YOUR OBJECTIVE » The lines from the top of the records below through the one containing "v 16.789 -16.789 -32.501" are to be transcribed exactly, and nothing else is to be added.

Start of SUPPLIED RECORDS

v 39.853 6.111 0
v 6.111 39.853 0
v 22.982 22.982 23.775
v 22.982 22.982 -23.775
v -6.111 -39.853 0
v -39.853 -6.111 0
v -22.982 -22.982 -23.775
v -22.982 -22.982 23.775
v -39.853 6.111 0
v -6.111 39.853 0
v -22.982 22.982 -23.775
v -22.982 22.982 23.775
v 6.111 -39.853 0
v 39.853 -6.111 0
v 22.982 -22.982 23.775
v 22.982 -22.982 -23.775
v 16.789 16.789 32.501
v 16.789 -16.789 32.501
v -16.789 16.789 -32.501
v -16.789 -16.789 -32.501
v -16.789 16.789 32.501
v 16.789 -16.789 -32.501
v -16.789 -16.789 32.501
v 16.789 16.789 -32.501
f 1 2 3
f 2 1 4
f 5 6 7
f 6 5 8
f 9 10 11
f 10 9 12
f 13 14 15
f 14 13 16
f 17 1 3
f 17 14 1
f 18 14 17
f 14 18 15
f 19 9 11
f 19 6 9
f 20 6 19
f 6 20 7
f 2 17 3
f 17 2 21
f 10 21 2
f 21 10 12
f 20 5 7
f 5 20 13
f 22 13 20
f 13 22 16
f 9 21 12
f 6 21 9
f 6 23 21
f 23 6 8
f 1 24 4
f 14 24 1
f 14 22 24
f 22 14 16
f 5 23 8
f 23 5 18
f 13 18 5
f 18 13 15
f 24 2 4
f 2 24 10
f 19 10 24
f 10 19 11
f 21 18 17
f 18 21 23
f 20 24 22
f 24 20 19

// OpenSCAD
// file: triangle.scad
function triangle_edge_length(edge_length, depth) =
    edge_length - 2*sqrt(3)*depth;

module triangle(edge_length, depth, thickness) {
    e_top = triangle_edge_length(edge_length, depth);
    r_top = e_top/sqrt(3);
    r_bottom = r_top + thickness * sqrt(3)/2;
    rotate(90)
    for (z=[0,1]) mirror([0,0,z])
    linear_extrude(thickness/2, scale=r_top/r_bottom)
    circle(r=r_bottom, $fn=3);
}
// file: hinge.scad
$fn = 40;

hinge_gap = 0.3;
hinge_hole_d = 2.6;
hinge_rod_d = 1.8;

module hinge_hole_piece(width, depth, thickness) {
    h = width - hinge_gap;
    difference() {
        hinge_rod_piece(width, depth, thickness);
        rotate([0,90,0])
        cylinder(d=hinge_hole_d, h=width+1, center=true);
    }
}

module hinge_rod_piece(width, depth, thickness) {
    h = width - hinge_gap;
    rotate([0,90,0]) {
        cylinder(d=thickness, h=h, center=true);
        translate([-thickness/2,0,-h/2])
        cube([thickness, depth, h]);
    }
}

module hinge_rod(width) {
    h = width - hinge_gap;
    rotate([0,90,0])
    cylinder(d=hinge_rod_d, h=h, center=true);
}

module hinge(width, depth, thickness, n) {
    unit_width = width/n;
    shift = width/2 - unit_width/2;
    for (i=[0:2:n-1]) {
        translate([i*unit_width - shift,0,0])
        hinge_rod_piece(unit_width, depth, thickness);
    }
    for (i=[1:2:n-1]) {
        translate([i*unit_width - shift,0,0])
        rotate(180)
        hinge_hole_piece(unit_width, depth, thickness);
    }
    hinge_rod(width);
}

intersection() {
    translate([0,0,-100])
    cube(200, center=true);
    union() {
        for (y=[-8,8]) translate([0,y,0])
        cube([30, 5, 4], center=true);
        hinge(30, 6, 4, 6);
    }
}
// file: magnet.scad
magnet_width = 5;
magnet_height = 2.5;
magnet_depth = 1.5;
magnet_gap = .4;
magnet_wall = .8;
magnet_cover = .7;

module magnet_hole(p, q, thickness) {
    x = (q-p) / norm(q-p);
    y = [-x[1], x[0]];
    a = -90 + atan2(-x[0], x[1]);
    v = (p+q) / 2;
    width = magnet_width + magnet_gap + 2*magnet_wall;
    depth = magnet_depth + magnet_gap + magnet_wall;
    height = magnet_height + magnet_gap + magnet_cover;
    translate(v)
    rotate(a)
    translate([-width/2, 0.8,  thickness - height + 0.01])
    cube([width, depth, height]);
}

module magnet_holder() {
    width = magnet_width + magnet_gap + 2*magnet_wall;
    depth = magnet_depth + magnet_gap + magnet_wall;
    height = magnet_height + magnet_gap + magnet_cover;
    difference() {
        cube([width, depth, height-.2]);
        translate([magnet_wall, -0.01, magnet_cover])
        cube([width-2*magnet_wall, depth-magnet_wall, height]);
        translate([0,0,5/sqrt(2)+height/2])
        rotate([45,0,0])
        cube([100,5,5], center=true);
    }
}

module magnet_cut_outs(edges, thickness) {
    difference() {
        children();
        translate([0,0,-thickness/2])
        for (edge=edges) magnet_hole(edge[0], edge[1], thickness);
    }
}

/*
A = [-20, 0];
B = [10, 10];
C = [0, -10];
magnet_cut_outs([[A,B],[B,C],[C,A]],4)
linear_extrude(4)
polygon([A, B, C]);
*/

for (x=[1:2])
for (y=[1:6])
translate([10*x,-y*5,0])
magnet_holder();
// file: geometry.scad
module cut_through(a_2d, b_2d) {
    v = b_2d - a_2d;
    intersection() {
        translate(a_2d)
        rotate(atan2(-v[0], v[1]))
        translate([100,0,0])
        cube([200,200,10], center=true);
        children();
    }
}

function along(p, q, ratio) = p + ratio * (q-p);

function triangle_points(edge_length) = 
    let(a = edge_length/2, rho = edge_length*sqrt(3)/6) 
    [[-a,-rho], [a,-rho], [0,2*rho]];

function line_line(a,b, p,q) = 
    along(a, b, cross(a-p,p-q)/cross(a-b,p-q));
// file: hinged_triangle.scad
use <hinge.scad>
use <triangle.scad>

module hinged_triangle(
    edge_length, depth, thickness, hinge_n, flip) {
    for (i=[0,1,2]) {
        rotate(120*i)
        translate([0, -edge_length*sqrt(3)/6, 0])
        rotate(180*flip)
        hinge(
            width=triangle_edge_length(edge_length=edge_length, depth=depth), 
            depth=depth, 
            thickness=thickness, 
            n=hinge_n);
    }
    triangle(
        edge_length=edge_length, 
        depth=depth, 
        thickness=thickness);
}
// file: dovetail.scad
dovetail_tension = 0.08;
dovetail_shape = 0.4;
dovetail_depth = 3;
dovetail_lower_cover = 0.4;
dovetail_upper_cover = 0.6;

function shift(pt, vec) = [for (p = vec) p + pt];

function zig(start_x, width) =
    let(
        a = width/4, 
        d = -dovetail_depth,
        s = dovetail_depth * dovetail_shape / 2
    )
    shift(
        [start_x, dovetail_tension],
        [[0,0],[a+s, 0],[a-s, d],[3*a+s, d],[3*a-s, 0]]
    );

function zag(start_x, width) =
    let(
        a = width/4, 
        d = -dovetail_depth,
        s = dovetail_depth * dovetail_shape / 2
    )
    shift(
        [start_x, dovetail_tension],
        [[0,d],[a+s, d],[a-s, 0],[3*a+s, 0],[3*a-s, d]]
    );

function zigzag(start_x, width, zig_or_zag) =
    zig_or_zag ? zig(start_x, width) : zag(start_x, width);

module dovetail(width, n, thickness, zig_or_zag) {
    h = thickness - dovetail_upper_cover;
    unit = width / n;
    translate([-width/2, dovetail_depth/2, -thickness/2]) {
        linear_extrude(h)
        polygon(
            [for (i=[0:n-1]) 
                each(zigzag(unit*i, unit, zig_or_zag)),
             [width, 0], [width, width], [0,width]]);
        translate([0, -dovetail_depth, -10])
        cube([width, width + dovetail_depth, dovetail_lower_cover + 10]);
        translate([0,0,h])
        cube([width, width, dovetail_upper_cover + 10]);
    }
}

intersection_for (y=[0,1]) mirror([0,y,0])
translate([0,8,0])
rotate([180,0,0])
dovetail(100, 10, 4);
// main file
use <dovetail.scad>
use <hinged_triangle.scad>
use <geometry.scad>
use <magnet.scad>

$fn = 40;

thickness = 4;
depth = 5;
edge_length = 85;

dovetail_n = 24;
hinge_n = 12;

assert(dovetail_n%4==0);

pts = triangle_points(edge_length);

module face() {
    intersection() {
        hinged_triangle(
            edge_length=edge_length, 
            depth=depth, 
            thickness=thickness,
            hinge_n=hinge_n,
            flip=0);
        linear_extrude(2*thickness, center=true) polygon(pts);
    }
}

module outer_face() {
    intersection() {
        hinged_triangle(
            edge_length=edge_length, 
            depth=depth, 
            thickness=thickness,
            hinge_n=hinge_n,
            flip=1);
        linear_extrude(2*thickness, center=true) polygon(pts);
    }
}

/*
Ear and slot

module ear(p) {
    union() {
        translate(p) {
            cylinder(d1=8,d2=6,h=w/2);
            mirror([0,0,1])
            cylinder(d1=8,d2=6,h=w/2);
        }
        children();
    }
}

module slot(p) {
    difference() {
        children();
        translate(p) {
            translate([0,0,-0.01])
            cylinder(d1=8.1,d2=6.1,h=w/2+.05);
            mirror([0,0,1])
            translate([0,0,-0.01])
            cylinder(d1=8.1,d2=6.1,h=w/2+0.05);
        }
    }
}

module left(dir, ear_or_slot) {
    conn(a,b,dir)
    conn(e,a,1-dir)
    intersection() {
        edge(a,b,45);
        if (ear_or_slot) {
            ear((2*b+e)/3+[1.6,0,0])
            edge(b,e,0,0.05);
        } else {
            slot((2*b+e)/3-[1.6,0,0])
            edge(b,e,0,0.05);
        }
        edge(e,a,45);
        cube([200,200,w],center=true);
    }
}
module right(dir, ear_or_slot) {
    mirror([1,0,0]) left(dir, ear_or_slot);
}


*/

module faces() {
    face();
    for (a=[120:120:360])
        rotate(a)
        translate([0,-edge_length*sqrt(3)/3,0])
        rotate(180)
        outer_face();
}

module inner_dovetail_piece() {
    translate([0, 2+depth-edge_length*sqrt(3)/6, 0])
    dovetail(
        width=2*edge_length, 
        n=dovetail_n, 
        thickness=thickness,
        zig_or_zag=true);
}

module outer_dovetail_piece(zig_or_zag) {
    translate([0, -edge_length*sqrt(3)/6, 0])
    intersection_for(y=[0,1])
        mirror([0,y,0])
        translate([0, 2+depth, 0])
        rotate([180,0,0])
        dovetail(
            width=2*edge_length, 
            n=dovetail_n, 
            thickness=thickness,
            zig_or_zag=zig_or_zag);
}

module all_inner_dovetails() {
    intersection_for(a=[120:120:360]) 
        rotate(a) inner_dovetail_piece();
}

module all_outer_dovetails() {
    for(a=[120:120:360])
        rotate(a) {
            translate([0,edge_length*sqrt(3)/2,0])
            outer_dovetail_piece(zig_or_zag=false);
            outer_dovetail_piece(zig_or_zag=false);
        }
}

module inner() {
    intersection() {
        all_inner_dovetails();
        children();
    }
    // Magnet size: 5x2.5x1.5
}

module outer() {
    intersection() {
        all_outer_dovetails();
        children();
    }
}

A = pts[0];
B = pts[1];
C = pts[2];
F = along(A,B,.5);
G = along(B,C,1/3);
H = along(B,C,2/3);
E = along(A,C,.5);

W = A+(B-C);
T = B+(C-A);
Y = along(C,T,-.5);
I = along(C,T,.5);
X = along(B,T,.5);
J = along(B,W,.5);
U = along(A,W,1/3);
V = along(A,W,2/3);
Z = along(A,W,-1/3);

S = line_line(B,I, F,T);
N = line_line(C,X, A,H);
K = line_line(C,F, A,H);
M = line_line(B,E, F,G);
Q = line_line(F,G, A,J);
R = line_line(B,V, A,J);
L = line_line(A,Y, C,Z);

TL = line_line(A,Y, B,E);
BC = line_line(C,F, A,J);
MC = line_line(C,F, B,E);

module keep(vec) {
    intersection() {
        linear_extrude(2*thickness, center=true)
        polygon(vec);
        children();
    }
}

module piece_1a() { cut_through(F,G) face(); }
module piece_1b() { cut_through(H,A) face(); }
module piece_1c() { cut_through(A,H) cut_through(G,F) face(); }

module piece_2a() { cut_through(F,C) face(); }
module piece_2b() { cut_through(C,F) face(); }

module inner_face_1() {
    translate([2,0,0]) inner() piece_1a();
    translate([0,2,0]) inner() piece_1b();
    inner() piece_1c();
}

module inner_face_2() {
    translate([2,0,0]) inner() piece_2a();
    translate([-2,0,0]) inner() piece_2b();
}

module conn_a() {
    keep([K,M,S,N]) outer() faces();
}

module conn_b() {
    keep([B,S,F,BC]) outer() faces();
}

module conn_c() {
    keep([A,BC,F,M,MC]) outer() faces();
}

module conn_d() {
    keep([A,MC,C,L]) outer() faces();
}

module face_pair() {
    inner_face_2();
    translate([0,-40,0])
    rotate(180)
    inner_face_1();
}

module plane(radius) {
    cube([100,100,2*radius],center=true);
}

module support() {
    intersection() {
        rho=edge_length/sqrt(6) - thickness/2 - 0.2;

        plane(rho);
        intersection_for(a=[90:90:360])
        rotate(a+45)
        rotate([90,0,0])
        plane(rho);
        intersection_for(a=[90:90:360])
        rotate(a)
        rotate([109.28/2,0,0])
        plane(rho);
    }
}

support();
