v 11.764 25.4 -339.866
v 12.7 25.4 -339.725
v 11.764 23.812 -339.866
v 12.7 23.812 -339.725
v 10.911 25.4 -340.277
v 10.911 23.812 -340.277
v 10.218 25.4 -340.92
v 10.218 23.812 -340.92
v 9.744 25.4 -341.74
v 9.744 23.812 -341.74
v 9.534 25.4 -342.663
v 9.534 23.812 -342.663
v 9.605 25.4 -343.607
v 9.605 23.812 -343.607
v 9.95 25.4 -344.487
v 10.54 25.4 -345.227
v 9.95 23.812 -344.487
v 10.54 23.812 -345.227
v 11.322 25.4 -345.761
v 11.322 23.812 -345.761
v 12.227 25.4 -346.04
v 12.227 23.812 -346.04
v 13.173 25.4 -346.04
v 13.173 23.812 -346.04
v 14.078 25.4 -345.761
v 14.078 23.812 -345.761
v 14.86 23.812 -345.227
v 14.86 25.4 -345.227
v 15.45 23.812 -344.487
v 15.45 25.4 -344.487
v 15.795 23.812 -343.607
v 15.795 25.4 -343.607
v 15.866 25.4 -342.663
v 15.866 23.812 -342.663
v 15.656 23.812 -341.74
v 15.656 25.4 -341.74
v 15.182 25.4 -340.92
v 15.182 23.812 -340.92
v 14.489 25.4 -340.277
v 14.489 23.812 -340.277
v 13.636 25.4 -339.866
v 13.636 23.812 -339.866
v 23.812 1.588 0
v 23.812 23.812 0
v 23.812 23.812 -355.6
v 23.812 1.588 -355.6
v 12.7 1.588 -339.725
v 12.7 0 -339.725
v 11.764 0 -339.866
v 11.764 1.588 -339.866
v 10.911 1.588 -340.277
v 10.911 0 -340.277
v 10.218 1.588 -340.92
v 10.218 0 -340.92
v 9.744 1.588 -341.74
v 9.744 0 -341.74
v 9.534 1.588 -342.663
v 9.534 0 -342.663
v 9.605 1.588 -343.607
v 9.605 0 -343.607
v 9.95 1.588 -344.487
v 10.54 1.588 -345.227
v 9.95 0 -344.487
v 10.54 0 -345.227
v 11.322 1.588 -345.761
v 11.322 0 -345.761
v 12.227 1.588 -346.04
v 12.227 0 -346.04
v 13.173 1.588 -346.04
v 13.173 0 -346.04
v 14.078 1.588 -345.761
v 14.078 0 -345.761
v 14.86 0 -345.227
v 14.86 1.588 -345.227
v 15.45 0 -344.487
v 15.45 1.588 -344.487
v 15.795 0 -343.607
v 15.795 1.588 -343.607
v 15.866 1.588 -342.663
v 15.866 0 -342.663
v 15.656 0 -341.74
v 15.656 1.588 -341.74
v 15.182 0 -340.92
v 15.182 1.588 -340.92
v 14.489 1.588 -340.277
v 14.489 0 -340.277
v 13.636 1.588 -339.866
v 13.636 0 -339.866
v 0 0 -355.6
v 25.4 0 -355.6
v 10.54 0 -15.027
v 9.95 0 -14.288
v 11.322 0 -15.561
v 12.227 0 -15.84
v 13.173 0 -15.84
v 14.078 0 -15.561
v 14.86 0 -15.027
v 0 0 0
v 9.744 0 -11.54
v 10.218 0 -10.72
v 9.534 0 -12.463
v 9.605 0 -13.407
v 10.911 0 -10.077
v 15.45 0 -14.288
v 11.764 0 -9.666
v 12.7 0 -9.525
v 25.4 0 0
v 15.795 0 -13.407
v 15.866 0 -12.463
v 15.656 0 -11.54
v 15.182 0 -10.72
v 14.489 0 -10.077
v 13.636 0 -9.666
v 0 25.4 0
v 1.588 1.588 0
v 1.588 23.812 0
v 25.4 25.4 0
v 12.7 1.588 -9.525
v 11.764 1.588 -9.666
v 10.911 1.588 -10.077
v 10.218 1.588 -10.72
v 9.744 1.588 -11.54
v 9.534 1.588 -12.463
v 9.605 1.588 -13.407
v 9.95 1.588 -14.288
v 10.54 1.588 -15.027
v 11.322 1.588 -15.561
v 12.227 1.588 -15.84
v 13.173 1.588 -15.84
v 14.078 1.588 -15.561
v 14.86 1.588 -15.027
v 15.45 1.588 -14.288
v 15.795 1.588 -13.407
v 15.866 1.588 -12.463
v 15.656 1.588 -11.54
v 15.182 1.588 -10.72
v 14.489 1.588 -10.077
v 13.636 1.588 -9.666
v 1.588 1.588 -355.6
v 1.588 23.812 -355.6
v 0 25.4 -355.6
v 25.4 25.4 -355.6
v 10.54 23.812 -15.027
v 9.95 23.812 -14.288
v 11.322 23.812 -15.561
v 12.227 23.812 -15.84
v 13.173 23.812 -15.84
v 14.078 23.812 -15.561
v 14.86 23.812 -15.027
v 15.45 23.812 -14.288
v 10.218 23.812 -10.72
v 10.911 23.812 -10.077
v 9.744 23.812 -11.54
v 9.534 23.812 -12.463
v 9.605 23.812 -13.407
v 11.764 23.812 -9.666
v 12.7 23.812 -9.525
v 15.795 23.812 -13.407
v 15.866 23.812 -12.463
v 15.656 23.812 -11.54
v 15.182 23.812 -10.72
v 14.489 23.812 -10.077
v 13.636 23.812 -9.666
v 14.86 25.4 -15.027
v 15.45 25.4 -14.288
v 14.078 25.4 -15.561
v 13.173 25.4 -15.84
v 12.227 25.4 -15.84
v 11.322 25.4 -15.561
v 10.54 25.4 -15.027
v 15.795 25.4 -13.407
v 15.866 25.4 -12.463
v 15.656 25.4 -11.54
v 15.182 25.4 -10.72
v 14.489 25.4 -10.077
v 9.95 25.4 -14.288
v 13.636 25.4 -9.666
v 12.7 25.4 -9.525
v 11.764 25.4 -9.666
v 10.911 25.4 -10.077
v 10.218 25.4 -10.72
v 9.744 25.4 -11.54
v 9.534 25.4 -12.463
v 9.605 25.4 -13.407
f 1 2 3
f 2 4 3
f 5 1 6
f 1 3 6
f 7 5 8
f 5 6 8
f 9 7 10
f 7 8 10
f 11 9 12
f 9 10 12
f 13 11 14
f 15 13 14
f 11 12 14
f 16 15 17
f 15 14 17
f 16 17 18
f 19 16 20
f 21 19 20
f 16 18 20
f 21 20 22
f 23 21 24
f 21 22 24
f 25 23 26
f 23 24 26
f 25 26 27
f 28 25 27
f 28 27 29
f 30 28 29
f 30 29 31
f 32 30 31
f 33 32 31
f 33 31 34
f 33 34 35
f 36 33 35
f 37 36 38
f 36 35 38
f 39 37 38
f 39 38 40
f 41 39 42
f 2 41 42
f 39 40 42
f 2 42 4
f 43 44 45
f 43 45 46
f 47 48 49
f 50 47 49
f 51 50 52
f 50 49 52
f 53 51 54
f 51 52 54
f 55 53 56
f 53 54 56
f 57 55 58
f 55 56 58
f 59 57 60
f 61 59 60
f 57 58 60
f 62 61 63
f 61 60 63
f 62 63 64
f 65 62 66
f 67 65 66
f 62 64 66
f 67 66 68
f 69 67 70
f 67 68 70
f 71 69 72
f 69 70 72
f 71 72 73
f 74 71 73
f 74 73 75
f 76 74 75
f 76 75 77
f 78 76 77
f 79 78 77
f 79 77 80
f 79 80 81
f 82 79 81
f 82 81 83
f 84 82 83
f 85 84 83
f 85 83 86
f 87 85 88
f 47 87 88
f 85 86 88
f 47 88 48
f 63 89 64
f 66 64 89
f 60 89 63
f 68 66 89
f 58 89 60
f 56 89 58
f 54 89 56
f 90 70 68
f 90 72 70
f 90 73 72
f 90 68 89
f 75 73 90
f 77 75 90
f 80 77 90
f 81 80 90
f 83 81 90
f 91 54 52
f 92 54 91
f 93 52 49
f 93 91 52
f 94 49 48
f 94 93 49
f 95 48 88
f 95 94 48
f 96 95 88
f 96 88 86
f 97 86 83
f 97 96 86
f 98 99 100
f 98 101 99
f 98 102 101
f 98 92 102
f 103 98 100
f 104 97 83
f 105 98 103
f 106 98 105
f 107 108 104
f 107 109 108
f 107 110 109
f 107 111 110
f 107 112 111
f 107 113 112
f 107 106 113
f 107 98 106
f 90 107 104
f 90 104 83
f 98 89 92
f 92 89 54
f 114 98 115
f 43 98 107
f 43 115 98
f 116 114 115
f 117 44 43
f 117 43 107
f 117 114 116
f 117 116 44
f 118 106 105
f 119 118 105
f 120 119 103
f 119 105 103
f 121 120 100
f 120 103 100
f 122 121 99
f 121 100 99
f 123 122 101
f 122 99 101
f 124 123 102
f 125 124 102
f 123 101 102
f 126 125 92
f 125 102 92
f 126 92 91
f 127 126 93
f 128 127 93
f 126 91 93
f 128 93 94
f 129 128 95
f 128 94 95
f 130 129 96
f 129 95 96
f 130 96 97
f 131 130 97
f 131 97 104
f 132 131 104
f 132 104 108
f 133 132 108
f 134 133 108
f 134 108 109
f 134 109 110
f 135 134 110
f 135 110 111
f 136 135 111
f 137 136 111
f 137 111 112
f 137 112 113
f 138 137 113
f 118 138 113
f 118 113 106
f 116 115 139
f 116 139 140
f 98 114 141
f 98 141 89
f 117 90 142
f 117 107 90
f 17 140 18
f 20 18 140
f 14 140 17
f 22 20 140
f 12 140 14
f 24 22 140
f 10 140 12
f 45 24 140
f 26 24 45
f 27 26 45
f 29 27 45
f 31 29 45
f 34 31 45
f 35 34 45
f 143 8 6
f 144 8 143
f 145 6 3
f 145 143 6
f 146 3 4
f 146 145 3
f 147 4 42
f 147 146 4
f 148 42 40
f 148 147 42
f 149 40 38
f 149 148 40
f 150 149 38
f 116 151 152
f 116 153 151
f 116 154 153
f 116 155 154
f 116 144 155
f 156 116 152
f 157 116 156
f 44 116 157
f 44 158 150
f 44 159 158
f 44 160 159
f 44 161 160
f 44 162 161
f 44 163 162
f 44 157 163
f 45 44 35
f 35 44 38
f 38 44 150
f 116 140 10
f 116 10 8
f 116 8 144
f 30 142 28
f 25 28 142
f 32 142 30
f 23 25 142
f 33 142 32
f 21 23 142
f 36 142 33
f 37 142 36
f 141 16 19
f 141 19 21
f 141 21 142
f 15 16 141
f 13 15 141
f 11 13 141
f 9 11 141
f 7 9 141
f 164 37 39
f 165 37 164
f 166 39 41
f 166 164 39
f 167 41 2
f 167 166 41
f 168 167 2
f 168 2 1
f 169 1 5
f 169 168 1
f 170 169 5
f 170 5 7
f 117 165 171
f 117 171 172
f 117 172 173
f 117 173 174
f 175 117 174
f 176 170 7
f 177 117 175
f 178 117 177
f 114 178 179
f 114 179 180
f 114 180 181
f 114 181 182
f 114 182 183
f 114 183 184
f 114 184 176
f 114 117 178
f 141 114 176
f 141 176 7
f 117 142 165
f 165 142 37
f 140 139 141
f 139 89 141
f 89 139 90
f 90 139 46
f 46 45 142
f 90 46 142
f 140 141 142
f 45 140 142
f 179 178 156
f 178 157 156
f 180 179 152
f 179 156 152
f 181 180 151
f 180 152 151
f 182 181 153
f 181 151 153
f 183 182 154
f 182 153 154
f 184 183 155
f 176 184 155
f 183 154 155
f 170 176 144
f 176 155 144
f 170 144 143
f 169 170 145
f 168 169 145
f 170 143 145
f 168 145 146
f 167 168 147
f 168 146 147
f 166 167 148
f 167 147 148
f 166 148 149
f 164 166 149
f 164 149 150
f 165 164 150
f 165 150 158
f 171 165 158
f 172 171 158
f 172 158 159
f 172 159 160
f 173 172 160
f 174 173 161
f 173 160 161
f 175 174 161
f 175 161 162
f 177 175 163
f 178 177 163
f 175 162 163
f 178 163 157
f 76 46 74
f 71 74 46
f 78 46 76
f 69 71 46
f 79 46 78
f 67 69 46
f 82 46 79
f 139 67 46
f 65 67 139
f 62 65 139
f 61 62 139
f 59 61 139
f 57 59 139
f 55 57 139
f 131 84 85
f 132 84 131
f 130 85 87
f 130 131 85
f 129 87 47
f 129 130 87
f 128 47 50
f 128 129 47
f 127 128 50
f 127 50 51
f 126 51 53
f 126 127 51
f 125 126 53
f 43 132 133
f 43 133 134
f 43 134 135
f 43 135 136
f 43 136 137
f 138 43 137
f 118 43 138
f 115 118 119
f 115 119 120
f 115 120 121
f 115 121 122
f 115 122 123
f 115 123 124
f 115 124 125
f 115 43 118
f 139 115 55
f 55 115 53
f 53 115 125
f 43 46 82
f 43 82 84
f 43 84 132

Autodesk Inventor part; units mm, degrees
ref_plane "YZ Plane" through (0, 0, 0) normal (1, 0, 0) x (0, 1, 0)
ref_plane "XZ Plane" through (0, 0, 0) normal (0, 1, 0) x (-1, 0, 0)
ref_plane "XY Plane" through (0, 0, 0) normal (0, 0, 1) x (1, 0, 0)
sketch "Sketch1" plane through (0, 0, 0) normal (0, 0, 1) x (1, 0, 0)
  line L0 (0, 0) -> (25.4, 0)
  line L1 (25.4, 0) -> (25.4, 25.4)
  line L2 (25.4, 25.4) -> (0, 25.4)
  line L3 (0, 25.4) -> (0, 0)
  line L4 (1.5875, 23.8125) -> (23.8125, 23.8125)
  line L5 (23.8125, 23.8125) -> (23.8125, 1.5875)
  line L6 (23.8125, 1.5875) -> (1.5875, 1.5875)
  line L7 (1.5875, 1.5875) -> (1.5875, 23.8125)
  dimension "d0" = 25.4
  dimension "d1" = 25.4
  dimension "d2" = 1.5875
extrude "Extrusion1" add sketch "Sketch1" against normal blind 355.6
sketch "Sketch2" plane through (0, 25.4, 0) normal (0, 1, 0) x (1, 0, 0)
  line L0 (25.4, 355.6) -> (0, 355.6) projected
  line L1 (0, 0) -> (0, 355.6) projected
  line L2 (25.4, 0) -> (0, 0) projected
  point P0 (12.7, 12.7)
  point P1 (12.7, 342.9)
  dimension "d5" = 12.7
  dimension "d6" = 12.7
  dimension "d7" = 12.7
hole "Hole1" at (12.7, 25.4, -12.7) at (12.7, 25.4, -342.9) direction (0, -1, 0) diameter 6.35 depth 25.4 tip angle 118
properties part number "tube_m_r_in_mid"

End of SUPPLIED RECORDS

ANSWER TO THIS PROBLEM »
v 39.853 6.111 0
v 6.111 39.853 0
v 22.982 22.982 23.775
v 22.982 22.982 -23.775
v -6.111 -39.853 0
v -39.853 -6.111 0
v -22.982 -22.982 -23.775
v -22.982 -22.982 23.775
v -39.853 6.111 0
v -6.111 39.853 0
v -22.982 22.982 -23.775
v -22.982 22.982 23.775
v 6.111 -39.853 0
v 39.853 -6.111 0
v 22.982 -22.982 23.775
v 22.982 -22.982 -23.775
v 16.789 16.789 32.501
v 16.789 -16.789 32.501
v -16.789 16.789 -32.501
v -16.789 -16.789 -32.501
v -16.789 16.789 32.501
v 16.789 -16.789 -32.501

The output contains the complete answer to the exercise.